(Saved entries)
▽

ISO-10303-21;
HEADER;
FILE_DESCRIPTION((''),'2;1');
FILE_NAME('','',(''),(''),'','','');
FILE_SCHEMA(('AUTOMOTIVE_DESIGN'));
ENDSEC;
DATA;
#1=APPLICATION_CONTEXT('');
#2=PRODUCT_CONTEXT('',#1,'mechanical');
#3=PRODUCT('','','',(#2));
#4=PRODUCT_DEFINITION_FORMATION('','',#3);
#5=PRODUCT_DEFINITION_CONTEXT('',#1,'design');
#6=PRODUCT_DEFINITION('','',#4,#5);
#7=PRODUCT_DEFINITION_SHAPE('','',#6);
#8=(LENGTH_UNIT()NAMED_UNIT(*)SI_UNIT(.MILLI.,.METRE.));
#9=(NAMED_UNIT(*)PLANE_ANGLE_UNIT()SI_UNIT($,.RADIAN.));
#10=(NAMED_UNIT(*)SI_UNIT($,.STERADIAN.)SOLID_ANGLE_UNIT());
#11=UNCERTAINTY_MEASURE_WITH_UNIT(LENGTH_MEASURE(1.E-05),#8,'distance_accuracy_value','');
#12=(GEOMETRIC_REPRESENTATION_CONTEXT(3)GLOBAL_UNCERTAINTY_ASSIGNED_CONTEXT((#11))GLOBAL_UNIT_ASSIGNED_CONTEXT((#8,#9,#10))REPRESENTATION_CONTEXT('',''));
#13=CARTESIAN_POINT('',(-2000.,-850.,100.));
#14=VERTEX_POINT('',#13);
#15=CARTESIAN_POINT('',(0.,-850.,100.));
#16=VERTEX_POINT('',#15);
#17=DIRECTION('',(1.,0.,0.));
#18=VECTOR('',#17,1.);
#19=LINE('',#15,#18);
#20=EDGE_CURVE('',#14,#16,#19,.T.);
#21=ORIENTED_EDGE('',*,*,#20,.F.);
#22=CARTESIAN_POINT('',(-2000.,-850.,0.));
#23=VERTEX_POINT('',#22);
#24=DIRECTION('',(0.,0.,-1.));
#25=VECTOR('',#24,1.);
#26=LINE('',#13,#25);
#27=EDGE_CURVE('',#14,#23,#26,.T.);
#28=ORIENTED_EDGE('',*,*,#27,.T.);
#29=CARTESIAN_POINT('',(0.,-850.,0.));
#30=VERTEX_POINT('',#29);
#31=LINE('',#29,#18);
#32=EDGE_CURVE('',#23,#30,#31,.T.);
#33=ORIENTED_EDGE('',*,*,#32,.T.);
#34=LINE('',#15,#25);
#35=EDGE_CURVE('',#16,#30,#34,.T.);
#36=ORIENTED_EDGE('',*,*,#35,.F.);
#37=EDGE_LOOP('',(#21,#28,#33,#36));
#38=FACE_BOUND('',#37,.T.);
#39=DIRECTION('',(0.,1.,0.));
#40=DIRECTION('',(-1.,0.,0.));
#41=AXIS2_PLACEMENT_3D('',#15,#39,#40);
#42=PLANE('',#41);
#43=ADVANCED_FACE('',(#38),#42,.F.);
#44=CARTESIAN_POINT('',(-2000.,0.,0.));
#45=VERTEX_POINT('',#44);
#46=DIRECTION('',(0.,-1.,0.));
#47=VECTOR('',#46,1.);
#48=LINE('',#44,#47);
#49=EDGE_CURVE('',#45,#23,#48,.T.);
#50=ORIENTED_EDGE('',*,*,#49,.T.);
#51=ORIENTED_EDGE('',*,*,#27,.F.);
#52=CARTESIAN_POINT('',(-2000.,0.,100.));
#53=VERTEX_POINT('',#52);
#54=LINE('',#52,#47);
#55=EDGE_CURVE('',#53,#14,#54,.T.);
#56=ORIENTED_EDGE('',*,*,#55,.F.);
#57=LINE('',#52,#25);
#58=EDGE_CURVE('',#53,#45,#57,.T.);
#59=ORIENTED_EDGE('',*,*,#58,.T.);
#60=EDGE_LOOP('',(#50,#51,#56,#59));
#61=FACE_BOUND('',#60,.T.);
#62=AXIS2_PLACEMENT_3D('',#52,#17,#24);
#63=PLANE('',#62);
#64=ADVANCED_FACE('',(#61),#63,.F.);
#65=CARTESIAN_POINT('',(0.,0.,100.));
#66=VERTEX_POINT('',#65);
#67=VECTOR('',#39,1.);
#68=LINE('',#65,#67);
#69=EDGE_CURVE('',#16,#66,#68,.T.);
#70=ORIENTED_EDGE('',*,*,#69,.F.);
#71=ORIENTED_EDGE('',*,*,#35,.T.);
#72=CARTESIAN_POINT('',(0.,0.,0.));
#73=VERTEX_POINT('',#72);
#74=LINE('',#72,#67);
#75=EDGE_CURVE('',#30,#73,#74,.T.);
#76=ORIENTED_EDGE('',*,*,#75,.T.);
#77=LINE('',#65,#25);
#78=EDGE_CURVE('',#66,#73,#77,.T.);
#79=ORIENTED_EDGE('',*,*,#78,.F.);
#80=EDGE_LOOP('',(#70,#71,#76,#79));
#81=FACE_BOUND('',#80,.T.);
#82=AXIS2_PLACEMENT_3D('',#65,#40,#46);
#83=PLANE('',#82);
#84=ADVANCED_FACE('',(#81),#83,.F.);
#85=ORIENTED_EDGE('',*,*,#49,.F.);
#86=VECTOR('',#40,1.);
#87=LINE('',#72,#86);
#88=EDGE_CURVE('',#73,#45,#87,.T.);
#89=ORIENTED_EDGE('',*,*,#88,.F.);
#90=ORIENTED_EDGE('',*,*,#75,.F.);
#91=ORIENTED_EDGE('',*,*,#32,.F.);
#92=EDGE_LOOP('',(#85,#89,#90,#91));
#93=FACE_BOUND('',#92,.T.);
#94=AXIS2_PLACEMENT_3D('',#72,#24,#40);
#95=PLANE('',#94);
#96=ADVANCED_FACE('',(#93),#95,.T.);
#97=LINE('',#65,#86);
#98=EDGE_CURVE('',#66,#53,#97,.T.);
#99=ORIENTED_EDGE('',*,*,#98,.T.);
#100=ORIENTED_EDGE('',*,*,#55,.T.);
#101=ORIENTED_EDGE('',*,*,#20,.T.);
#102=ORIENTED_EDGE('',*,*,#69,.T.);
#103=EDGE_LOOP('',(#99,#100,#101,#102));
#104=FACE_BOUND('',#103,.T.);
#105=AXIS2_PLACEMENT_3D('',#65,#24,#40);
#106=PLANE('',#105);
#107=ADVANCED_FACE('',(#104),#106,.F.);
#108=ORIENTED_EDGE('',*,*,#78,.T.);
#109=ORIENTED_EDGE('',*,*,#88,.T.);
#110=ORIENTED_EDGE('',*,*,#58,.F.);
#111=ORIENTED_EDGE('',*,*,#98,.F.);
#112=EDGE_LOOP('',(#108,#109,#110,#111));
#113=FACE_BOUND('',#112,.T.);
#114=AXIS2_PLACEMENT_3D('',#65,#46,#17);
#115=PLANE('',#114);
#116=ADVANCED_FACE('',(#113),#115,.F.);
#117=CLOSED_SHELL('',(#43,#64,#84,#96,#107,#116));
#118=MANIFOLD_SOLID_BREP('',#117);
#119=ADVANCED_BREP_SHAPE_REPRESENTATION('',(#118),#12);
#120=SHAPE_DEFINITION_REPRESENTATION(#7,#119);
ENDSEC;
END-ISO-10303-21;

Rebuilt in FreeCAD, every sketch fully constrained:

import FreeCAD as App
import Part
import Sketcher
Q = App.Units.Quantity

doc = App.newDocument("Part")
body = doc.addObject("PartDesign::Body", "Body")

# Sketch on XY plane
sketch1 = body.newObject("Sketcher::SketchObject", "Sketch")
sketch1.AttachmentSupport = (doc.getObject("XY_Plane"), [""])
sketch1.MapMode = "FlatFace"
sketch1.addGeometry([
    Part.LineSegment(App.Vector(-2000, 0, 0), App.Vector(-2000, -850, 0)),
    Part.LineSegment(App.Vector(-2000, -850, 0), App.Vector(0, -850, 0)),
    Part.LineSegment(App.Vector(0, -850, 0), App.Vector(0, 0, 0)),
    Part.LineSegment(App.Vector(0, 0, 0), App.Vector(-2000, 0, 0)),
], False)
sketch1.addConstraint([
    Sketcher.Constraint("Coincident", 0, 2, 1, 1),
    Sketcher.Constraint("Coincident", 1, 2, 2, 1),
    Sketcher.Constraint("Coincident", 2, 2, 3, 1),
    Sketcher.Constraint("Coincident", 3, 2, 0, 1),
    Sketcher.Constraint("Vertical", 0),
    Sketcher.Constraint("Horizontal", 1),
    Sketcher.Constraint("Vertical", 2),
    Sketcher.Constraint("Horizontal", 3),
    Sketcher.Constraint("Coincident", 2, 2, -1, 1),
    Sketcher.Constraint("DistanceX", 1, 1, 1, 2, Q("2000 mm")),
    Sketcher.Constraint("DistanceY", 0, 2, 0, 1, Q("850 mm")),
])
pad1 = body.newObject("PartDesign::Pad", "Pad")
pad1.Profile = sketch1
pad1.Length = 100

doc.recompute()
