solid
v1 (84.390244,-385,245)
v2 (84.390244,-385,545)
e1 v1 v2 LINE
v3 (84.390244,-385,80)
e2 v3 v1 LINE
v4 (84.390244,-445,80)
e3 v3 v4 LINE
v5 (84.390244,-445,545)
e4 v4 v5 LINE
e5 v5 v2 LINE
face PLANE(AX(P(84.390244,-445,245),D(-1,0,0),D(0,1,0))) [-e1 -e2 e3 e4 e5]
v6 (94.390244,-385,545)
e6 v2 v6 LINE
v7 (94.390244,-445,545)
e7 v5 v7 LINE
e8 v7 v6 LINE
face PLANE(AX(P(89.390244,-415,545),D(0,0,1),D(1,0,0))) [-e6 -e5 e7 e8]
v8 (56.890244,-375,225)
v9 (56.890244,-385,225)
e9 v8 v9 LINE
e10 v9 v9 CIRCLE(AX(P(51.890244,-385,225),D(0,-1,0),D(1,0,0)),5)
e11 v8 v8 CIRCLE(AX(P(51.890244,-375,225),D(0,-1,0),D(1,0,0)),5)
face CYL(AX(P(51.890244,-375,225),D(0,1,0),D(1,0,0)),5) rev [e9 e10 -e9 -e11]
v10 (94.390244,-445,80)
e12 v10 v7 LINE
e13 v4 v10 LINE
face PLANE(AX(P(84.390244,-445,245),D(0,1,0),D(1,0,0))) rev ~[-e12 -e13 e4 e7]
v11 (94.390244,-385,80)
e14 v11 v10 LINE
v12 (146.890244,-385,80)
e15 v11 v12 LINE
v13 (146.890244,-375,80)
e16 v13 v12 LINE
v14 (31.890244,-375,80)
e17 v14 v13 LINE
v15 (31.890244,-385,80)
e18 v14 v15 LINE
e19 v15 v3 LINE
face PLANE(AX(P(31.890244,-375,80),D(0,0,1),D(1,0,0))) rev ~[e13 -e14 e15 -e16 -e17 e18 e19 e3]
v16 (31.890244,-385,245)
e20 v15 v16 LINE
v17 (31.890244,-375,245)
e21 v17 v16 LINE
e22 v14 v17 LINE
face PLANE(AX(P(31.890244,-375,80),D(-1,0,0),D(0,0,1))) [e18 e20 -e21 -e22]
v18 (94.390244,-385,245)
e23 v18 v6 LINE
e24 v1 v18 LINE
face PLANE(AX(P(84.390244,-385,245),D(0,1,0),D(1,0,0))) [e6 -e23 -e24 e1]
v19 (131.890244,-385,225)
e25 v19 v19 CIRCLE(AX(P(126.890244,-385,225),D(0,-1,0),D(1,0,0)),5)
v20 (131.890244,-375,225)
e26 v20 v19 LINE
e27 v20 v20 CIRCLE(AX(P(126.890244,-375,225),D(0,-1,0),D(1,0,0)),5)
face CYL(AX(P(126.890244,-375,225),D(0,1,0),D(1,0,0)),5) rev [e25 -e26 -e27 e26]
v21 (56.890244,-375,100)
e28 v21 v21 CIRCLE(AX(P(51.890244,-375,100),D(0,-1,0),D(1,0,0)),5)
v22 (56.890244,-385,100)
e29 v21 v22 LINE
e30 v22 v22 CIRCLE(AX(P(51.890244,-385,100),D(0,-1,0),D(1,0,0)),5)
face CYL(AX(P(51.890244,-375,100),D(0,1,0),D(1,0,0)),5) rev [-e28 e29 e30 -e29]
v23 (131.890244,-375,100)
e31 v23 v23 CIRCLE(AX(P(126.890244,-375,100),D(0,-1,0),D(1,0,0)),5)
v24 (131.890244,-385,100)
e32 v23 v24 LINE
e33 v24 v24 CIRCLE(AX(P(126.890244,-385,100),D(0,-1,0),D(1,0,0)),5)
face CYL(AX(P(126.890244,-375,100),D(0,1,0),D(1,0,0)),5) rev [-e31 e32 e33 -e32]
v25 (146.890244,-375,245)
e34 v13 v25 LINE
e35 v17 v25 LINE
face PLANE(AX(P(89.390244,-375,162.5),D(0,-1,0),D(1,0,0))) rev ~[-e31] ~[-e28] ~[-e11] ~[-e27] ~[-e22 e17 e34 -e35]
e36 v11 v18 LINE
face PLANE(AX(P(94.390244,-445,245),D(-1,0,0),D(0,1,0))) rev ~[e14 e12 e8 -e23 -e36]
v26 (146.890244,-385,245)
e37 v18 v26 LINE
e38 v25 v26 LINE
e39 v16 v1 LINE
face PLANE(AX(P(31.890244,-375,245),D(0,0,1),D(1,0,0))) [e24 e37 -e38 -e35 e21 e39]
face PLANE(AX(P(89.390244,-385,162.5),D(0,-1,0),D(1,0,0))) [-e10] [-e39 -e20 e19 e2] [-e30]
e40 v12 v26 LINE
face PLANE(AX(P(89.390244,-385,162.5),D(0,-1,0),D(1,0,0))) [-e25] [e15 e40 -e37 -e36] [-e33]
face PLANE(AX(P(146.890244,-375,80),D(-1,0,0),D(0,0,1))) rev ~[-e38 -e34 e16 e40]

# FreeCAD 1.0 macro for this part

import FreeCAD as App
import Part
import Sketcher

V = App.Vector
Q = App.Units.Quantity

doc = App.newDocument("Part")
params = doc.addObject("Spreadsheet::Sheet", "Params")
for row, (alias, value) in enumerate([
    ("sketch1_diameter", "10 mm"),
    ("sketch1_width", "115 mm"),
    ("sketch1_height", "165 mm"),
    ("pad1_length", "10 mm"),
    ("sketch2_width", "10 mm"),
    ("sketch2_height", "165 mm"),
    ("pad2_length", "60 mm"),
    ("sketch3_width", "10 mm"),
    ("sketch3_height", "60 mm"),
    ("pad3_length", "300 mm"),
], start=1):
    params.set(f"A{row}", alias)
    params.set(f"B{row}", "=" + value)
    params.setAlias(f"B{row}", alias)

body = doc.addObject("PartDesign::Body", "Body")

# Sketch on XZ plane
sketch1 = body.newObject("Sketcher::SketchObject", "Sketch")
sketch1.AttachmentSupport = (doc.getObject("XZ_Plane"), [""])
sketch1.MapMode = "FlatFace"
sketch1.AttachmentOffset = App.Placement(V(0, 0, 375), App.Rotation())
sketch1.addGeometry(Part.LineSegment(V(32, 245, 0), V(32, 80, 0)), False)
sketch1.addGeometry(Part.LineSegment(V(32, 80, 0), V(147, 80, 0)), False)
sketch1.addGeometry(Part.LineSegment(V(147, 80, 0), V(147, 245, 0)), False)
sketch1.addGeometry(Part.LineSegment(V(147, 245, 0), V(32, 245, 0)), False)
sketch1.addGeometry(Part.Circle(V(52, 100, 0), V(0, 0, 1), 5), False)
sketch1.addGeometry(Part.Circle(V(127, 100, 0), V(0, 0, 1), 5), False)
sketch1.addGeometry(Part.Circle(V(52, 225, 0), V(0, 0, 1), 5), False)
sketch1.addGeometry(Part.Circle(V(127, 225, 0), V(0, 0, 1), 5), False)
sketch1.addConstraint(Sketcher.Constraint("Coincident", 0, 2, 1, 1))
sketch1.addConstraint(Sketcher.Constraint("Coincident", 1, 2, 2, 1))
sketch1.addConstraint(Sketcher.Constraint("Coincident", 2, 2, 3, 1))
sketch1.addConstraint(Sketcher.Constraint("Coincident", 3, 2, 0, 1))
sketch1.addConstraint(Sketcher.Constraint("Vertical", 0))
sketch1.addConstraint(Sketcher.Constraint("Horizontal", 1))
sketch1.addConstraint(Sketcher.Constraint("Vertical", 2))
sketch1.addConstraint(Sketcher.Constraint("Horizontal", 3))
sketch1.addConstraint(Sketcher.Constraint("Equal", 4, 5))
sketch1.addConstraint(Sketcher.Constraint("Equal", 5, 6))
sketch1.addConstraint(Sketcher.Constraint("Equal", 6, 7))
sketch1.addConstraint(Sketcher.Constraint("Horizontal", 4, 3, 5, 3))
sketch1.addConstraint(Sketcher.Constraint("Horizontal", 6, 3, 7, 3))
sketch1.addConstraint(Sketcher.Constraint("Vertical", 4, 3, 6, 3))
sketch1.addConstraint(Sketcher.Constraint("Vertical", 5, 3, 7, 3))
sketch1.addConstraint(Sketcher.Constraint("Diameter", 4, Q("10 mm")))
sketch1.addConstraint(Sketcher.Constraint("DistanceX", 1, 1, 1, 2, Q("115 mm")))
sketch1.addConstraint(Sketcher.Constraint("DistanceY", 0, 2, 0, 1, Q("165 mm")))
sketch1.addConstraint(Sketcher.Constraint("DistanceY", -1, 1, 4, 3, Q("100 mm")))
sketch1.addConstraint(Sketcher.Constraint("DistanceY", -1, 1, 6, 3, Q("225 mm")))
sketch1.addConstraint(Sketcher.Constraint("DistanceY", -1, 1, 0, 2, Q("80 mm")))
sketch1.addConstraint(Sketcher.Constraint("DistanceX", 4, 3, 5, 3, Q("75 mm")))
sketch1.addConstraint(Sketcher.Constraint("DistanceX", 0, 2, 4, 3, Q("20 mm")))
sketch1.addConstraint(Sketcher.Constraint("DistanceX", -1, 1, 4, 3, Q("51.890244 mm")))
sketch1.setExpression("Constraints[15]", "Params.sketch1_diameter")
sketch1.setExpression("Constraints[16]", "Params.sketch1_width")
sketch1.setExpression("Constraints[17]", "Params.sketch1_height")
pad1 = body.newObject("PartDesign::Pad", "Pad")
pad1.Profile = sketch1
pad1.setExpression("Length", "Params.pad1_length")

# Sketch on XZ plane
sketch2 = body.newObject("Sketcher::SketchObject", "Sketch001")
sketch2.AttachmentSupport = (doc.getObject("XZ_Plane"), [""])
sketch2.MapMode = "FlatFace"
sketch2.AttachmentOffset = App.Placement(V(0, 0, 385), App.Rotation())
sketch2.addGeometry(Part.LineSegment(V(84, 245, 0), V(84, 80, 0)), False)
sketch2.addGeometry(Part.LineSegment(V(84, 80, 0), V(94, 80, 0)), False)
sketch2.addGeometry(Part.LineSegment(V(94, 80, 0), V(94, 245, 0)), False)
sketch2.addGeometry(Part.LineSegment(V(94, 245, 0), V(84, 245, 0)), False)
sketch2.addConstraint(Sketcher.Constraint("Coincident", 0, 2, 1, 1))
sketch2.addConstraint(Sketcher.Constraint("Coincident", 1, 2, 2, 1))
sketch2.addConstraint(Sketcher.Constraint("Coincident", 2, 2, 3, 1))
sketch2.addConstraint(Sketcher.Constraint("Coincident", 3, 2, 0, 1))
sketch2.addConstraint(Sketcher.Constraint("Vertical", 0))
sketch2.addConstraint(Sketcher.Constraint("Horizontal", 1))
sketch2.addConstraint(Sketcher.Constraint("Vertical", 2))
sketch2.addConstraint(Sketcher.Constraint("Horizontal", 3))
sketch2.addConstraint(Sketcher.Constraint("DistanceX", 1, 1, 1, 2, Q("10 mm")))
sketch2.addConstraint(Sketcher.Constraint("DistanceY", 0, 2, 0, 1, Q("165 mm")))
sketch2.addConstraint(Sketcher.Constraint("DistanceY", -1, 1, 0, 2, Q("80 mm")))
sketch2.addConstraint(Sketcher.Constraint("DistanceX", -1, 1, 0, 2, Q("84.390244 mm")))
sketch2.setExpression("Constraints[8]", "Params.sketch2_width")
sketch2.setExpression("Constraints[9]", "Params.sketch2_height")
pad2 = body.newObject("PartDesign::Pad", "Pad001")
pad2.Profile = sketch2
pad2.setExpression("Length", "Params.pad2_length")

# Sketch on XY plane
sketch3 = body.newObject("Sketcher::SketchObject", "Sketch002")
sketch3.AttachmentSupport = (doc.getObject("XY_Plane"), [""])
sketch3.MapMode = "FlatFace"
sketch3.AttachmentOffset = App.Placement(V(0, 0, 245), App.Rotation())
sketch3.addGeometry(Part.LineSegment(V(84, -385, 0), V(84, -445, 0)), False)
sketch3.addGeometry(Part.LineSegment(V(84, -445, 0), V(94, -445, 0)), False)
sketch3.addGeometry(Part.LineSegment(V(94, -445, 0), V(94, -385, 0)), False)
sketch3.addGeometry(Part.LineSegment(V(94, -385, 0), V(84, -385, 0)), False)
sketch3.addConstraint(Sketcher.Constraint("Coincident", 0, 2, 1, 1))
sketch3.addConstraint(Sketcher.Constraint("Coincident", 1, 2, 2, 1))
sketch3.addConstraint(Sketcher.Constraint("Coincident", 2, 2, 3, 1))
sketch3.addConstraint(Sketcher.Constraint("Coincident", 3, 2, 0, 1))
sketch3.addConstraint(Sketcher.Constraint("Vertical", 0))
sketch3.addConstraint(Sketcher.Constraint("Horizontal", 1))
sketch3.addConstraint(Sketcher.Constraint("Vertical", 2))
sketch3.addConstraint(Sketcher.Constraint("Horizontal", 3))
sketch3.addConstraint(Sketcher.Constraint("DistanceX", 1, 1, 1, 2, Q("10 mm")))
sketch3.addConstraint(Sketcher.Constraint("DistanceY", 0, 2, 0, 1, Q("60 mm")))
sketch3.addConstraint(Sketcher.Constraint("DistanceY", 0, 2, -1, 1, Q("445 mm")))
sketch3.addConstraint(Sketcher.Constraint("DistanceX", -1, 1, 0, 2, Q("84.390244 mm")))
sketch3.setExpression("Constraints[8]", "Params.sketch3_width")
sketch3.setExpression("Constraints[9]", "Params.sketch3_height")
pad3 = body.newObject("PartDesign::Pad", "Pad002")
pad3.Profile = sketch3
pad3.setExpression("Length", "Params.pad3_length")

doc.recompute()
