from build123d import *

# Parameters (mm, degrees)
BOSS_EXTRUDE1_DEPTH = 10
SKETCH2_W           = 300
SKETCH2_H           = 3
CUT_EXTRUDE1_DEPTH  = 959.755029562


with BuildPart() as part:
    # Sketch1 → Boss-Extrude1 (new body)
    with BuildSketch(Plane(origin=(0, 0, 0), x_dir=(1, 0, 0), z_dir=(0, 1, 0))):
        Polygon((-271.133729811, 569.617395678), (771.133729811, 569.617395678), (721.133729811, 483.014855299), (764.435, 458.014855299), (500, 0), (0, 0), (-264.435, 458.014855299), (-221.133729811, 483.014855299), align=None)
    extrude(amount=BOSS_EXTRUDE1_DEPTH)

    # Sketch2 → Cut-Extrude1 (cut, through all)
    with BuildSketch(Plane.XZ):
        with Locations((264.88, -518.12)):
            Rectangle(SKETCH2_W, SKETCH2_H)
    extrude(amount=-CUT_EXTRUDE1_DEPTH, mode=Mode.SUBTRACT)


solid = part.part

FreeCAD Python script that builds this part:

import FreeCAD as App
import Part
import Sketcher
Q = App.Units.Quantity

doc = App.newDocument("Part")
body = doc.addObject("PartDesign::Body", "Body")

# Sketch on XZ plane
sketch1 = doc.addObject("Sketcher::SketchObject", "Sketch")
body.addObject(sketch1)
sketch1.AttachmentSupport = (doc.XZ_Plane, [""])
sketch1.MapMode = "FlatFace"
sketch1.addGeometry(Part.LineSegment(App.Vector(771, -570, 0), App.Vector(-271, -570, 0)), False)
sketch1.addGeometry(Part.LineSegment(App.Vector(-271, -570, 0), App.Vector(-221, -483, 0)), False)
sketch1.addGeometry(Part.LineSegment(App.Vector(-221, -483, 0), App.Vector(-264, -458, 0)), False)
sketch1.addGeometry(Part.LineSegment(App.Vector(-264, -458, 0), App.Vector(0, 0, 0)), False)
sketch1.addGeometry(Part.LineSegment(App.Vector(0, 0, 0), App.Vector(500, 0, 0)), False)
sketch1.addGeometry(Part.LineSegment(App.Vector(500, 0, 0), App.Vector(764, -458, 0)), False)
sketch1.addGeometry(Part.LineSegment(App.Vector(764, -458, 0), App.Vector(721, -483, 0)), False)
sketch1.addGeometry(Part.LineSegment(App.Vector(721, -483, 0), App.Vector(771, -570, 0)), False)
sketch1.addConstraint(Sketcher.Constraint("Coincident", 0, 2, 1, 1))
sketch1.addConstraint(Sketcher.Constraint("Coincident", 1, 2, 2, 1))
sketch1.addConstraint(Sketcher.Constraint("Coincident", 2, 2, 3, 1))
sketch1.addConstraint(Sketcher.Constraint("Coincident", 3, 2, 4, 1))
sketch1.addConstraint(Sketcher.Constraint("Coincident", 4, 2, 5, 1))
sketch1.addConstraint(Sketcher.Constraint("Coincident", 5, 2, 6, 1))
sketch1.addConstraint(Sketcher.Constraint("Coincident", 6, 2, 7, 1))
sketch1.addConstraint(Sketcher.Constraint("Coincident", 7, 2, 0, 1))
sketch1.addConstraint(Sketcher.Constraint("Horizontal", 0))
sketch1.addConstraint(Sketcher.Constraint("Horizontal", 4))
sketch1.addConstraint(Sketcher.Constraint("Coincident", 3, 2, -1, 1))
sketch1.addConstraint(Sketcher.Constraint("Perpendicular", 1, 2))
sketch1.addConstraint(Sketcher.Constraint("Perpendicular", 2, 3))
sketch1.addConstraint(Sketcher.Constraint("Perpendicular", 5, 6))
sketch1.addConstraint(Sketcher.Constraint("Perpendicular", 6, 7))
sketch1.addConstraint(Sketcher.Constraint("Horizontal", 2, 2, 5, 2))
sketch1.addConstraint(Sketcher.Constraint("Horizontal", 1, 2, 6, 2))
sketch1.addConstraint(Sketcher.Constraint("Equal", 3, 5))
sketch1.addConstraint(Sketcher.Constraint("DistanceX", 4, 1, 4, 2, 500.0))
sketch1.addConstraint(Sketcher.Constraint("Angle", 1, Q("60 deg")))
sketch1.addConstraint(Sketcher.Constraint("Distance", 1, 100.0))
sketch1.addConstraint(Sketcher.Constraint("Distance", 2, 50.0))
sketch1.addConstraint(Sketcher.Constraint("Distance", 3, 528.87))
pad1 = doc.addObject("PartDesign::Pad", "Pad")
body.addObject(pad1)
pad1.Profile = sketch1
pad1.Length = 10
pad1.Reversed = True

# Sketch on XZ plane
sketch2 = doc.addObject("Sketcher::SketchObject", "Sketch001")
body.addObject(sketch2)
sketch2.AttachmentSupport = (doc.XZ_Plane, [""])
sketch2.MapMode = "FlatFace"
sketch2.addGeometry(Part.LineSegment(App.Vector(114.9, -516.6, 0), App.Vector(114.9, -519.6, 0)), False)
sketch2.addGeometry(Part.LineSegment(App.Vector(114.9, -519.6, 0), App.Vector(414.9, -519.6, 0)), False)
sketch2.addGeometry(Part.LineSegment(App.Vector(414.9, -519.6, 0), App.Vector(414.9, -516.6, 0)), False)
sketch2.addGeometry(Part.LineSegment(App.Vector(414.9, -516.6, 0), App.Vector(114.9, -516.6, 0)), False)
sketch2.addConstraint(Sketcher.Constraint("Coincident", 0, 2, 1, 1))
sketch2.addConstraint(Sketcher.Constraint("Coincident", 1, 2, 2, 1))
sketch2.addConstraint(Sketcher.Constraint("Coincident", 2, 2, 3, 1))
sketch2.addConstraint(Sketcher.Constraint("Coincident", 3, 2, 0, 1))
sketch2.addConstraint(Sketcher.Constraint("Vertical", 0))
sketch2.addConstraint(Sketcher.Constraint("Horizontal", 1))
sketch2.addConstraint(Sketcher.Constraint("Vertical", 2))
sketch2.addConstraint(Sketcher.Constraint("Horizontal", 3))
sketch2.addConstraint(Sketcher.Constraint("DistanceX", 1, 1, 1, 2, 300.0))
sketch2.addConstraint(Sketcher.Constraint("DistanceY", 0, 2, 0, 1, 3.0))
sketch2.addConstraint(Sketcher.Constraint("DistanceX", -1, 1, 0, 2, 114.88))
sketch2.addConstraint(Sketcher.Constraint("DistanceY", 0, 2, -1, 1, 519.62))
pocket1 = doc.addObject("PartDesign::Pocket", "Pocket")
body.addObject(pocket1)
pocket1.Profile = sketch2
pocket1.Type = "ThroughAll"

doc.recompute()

△

▸ **What needs to be done**
Where the word "amount" shows up in a line of the records above, count that line; then give the count by itself.

▸ **Answer section**
2